There is no actual overlap among the three threats to the Yemeni state. Al-Qaeda tried to capitalize on the southern secession movement but was quickly rejected. There is no overlap in goals; al-Qaeda does not want a secular state in the south.  The southerners have no interest in Zaydi revivalism in the north, and the Zaydis are as hostile to al-Qaeda’s Salafism as they are to Sanaa.  

Nonetheless, the three threats must be considered together because of the catastrophic cumulative effect they are having on the state, which is unprepared to deal with them.  Salih has made promises of decentralization and economic prosperity to the south, as well as calling for a national dialogue.  But the southerners seem to have passed a point of no return.  Not only is there little prosperity to be shared, but the south has little interest in remaining part of a state that is racked by terrorism and rebellion.  

As for the north, the government seems to be attempting to destroy the Huthis militarily while kicking the can of reconciliation down the road in order to buy some time to deal with other issues. But this most likely is a dead end, because the current tactics will make future acceptance of reconciliation with the state impossible. 

Although the three rebellions do not share goals, they all cut to the bone of the Yemeni state and constitute a direct challenge to the central government, the ruling General People’s Congress, and to Salih.

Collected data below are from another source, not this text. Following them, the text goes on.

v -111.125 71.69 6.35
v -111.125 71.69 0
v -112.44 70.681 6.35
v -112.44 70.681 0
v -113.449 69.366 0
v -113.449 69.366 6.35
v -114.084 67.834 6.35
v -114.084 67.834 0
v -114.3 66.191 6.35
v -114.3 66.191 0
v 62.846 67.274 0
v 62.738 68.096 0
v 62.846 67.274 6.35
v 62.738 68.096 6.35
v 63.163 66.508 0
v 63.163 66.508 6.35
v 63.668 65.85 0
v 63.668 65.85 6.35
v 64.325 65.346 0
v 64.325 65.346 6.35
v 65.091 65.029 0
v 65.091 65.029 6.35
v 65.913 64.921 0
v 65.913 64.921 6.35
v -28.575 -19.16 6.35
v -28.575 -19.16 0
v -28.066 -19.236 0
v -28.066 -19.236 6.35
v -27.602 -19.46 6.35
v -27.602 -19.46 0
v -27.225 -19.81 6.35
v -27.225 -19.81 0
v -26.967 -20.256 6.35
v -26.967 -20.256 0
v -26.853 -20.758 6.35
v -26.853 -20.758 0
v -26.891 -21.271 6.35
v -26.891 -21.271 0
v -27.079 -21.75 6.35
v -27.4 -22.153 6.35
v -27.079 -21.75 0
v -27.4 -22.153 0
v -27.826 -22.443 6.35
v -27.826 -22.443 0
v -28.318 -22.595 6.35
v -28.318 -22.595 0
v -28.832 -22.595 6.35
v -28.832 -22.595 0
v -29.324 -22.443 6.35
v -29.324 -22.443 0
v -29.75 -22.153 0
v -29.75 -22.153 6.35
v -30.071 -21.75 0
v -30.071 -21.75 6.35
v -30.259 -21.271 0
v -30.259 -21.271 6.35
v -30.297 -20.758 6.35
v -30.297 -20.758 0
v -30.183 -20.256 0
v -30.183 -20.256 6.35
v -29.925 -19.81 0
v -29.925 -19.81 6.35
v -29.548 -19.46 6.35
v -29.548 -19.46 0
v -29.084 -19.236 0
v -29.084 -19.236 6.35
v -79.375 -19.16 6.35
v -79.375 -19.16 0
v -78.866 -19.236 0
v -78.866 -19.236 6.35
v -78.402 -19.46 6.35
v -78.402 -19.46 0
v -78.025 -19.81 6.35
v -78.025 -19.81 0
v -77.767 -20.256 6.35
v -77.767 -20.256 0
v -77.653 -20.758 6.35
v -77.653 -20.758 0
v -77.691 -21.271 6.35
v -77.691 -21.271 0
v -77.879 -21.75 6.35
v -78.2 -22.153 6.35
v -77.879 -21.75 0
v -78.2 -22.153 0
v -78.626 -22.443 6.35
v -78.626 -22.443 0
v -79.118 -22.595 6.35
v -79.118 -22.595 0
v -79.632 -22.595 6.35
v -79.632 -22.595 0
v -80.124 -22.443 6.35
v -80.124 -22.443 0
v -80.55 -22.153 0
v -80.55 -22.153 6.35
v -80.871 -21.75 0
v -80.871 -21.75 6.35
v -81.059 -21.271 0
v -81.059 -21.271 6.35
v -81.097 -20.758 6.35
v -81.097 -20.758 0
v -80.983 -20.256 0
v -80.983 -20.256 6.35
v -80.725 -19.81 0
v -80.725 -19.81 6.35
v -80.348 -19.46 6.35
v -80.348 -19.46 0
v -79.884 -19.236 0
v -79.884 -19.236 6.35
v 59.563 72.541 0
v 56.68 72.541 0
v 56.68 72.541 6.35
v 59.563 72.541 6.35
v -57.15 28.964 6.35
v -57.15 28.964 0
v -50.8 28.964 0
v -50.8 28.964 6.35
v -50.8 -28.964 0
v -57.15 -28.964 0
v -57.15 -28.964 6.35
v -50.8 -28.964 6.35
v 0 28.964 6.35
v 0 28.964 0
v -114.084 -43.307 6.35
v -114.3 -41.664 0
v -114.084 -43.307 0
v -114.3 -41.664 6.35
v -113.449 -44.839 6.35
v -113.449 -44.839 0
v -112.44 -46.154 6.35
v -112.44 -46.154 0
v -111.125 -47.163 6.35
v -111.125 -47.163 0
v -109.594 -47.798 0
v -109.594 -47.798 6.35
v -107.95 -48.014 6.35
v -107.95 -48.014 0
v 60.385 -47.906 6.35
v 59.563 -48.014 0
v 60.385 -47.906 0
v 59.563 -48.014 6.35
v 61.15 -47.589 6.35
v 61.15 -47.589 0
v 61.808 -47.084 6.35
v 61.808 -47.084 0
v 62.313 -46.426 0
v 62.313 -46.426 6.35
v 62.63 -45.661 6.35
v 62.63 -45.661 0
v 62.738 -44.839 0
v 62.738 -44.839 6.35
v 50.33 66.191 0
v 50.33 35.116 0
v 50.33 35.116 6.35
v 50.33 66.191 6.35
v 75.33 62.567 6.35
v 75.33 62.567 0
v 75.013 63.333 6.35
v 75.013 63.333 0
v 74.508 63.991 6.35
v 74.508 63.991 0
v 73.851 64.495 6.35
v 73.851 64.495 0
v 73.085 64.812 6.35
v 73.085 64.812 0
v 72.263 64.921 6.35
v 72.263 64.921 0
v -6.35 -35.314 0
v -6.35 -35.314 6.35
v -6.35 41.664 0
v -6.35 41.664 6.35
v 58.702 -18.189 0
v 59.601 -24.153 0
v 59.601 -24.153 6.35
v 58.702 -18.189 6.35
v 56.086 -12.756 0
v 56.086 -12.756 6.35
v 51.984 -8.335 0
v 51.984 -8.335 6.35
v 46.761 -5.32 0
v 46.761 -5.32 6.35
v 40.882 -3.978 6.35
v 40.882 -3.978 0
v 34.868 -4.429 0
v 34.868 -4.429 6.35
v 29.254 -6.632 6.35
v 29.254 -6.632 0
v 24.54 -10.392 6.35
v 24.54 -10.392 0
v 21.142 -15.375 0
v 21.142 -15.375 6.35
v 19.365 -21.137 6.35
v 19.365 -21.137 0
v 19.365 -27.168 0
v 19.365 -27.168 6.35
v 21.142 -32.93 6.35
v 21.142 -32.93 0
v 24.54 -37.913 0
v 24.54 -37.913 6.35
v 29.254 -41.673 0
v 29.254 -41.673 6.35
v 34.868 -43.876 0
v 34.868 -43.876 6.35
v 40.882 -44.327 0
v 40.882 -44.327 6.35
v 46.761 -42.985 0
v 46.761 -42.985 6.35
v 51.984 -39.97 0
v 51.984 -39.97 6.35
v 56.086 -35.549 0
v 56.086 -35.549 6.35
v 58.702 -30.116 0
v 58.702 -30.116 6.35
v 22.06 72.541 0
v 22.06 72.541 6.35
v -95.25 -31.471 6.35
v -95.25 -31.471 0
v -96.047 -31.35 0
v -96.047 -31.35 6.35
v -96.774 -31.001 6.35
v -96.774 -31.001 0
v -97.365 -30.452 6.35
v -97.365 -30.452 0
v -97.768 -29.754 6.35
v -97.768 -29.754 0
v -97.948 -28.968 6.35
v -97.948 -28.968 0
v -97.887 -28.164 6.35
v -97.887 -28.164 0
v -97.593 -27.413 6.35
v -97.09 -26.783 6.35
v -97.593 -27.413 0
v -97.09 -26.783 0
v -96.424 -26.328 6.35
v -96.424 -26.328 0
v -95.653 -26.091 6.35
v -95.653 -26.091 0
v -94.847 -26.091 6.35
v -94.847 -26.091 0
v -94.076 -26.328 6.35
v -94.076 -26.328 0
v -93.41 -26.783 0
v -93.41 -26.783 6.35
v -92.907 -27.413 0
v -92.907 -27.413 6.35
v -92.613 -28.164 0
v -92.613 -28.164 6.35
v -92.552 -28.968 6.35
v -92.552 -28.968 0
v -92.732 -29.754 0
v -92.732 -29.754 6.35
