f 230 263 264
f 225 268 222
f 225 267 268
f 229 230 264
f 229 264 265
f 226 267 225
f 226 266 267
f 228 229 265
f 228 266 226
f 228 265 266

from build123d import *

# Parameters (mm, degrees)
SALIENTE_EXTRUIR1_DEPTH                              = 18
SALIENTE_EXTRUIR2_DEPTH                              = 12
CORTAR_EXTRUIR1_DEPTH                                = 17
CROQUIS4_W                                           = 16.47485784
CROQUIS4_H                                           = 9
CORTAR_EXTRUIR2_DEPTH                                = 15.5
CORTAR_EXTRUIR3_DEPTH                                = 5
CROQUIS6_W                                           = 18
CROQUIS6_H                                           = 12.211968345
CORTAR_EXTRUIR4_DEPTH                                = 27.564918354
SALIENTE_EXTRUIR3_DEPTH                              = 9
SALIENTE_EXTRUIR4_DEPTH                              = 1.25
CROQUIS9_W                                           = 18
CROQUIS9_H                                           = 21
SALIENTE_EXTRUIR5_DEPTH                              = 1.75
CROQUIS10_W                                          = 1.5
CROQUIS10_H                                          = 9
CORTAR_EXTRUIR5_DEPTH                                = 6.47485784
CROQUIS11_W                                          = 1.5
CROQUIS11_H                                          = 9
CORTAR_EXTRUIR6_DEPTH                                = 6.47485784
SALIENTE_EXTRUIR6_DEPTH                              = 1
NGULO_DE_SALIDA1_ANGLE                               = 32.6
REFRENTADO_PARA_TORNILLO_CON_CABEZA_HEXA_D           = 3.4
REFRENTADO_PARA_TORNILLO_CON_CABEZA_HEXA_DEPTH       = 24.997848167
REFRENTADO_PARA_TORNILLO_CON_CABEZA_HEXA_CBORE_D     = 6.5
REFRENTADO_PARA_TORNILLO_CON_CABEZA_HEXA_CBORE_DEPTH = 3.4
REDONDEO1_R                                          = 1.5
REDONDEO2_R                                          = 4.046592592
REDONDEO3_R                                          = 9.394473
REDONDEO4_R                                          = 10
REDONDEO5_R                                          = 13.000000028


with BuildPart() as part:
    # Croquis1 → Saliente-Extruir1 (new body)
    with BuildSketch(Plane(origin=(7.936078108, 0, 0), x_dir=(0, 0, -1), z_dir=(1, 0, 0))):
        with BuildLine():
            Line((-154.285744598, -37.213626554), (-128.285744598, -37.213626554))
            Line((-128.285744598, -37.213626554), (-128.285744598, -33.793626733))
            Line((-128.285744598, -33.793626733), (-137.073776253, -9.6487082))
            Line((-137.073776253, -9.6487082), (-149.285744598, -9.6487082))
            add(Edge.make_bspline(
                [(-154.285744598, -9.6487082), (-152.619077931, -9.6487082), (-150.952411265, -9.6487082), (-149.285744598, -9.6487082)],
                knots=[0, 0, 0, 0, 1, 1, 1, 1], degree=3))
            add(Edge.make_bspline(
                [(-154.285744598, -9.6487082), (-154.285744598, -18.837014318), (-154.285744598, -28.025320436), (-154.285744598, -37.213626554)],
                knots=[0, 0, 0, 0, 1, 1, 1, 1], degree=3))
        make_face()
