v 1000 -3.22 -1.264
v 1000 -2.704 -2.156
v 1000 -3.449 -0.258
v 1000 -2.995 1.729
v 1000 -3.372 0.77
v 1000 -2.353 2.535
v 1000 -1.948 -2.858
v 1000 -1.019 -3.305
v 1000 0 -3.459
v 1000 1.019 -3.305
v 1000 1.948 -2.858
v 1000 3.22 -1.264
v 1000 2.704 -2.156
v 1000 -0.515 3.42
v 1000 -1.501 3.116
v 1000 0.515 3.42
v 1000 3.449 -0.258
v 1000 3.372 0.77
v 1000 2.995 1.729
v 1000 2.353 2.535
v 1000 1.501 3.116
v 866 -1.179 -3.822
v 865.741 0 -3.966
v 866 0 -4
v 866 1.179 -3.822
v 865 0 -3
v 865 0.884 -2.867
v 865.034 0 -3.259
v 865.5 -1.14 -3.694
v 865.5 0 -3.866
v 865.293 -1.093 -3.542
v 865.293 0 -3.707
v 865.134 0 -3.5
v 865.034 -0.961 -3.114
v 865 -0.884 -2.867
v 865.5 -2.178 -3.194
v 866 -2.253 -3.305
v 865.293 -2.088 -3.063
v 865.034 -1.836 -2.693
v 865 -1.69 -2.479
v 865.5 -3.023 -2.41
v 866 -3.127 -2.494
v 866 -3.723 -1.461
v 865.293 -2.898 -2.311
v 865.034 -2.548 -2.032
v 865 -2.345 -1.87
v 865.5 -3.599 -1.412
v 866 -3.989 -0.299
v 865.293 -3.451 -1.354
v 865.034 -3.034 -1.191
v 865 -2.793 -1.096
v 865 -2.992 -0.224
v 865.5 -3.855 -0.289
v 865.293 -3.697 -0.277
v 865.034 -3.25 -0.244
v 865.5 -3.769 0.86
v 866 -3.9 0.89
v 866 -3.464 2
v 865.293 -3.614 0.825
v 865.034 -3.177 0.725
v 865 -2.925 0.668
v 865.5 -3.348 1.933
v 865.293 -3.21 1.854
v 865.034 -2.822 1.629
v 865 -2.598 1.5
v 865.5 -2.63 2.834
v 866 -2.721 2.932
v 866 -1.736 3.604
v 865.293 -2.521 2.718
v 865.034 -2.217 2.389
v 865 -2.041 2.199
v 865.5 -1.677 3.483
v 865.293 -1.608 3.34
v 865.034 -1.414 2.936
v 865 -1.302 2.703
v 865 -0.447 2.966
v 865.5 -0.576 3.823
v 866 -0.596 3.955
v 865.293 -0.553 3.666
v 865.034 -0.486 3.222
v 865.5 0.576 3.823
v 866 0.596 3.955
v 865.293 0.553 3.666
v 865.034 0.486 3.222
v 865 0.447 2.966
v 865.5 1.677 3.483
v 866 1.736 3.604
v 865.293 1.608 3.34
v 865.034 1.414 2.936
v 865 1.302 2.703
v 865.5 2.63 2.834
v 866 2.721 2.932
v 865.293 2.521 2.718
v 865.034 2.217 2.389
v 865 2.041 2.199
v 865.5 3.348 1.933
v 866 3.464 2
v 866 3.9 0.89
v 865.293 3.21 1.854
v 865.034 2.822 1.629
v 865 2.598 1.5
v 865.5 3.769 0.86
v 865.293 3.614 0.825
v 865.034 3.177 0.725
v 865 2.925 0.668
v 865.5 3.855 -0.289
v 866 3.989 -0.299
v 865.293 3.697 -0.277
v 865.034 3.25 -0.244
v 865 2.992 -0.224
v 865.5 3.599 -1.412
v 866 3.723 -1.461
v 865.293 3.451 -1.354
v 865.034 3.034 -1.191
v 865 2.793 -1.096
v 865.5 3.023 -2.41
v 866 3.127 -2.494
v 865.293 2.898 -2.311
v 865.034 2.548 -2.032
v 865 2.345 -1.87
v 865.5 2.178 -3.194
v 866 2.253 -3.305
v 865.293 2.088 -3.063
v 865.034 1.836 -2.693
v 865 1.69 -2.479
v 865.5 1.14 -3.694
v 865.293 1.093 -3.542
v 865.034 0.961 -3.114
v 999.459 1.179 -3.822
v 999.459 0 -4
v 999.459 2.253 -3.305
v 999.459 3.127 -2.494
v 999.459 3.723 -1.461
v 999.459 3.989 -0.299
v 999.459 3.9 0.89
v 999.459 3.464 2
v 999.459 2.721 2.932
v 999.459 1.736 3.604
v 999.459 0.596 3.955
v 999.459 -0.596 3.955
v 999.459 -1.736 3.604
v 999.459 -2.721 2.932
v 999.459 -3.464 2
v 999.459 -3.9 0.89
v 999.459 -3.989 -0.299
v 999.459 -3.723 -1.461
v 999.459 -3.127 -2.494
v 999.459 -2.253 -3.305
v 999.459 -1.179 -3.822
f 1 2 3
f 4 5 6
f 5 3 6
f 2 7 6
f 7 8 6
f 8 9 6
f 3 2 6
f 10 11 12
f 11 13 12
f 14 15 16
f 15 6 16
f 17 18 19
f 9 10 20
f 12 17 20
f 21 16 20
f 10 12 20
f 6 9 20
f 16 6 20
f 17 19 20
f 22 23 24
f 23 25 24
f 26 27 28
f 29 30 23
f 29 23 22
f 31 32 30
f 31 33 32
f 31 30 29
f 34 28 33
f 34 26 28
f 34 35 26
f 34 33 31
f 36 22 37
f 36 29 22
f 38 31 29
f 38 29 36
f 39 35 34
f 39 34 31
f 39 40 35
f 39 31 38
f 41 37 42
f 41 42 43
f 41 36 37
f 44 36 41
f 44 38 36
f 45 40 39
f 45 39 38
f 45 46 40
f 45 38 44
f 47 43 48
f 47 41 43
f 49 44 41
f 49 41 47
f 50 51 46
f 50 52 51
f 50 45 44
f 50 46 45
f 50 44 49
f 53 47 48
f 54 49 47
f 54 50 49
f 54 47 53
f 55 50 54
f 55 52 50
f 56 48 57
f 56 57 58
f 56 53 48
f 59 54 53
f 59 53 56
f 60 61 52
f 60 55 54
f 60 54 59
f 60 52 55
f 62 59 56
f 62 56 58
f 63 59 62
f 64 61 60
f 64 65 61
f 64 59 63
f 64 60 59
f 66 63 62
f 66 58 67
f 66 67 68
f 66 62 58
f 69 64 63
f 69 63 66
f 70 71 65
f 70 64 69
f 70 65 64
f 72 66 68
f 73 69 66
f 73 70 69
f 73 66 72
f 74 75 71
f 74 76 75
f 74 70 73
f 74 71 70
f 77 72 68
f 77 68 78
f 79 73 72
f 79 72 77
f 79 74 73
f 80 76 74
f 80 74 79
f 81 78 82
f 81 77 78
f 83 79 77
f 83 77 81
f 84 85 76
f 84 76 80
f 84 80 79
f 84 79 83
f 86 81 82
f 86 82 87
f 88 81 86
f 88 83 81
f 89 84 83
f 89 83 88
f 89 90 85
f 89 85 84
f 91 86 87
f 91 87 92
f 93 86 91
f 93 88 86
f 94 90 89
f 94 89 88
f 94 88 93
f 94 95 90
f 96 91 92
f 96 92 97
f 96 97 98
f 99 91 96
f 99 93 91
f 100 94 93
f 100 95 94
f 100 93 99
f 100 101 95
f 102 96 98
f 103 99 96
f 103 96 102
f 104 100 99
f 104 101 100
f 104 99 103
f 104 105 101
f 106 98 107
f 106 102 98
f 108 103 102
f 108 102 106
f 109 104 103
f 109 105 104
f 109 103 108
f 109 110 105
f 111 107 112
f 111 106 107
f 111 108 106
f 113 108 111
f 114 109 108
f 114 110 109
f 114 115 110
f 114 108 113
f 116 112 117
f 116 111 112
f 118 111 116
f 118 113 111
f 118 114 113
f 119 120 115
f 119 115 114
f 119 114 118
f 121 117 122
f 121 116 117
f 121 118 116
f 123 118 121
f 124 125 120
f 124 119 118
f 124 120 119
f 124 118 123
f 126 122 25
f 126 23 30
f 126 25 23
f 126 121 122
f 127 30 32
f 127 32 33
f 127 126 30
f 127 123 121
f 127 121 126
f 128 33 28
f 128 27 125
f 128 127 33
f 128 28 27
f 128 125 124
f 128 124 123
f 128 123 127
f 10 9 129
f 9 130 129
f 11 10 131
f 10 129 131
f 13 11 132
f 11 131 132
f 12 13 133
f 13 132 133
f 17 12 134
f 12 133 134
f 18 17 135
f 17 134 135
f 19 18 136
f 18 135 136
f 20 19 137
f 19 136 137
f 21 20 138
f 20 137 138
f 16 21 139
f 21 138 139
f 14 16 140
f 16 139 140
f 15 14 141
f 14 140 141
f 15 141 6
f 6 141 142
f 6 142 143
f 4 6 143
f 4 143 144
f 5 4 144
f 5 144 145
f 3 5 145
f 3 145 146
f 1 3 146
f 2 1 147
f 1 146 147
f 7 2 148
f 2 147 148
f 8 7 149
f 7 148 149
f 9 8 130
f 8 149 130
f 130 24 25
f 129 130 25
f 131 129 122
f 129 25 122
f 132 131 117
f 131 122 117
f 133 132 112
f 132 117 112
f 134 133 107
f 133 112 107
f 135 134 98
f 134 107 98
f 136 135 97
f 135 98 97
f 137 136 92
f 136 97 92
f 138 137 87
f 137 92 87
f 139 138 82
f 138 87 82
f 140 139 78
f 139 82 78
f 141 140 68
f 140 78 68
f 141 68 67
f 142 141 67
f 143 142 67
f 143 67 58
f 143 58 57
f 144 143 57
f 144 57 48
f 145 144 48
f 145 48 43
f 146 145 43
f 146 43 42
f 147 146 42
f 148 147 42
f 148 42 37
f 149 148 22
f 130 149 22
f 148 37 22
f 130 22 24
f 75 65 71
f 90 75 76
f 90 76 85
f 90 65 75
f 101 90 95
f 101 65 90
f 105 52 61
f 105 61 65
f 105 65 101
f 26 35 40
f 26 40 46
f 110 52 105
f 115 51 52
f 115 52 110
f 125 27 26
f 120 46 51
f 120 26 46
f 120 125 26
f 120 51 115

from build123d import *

# Parameters (mm, degrees)
SCHNITT_LINEAR_AUSTRAGEN1_DEPTH      = 1001.015999872
SCHNITT_LINEAR_AUSTRAGEN1_DEPTH_BACK = 1001.015999872
SKIZZE2_W                            = 870
SKIZZE2_H                            = 18
VERRUNDUNG1_R                        = 1


with BuildPart() as part:
    # Skizze1 → Rotation1 (revolve)
    with BuildSketch(Plane.XY, mode=Mode.PRIVATE) as rotation1_sk:
        Polygon((0, 3.45875), (0, 0), (1000, 0), (1000, 3.45875), (999.45875, 4), (0.54125, 4), align=None)
    revolve(rotation1_sk.sketch.rotate(Axis((0, 0, 0), (1, 0, 0)), 270), axis=Axis((0, 0, 0), (1, 0, 0)))

    # Skizze2 → Schnitt-Linear austragen1 (cut, two sides: drawn at the far end of the back side and taken through both)
    with BuildSketch(Plane.XY.offset(-SCHNITT_LINEAR_AUSTRAGEN1_DEPTH_BACK)):
        with Locations((430, 0)):
            Rectangle(SKIZZE2_W, SKIZZE2_H)
    extrude(amount=SCHNITT_LINEAR_AUSTRAGEN1_DEPTH + SCHNITT_LINEAR_AUSTRAGEN1_DEPTH_BACK, mode=Mode.SUBTRACT)

    # Verrundung1
    verrundung1_edges = [part.edges().sort_by_distance(p)[0] for p in [
        (865, 0, 4),
    ]]
    fillet(verrundung1_edges, radius=VERRUNDUNG1_R)


solid = part.part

It is important to remember that there was no real Yemeni state until some 40 years ago, and it is only in the last 18 that the state has stretched throughout historic Yemen. While there might be an ancient notion of nationhood, the current rebellions each, in their own way, call this recent and slapdash attempt at translating it into statehood a failure. 

It would be difficult enough to address the rebellions—as well as Yemen’s serious financial and environmental challenges--with a strong, functioning government. Salih’s regime is essentially neither, and now it has millions of its citizens questioning its legitimacy.  The rebellions have Yemen poised on the brink of disaster; they are holding up a broken mirror to the idea of a modern, unified Yemeni state.   

Brian O’Neill, a former writer and editor for the Yemen Observer, is currently a freelance writer and co-writer of the Yemen blog Waq Al-Waq.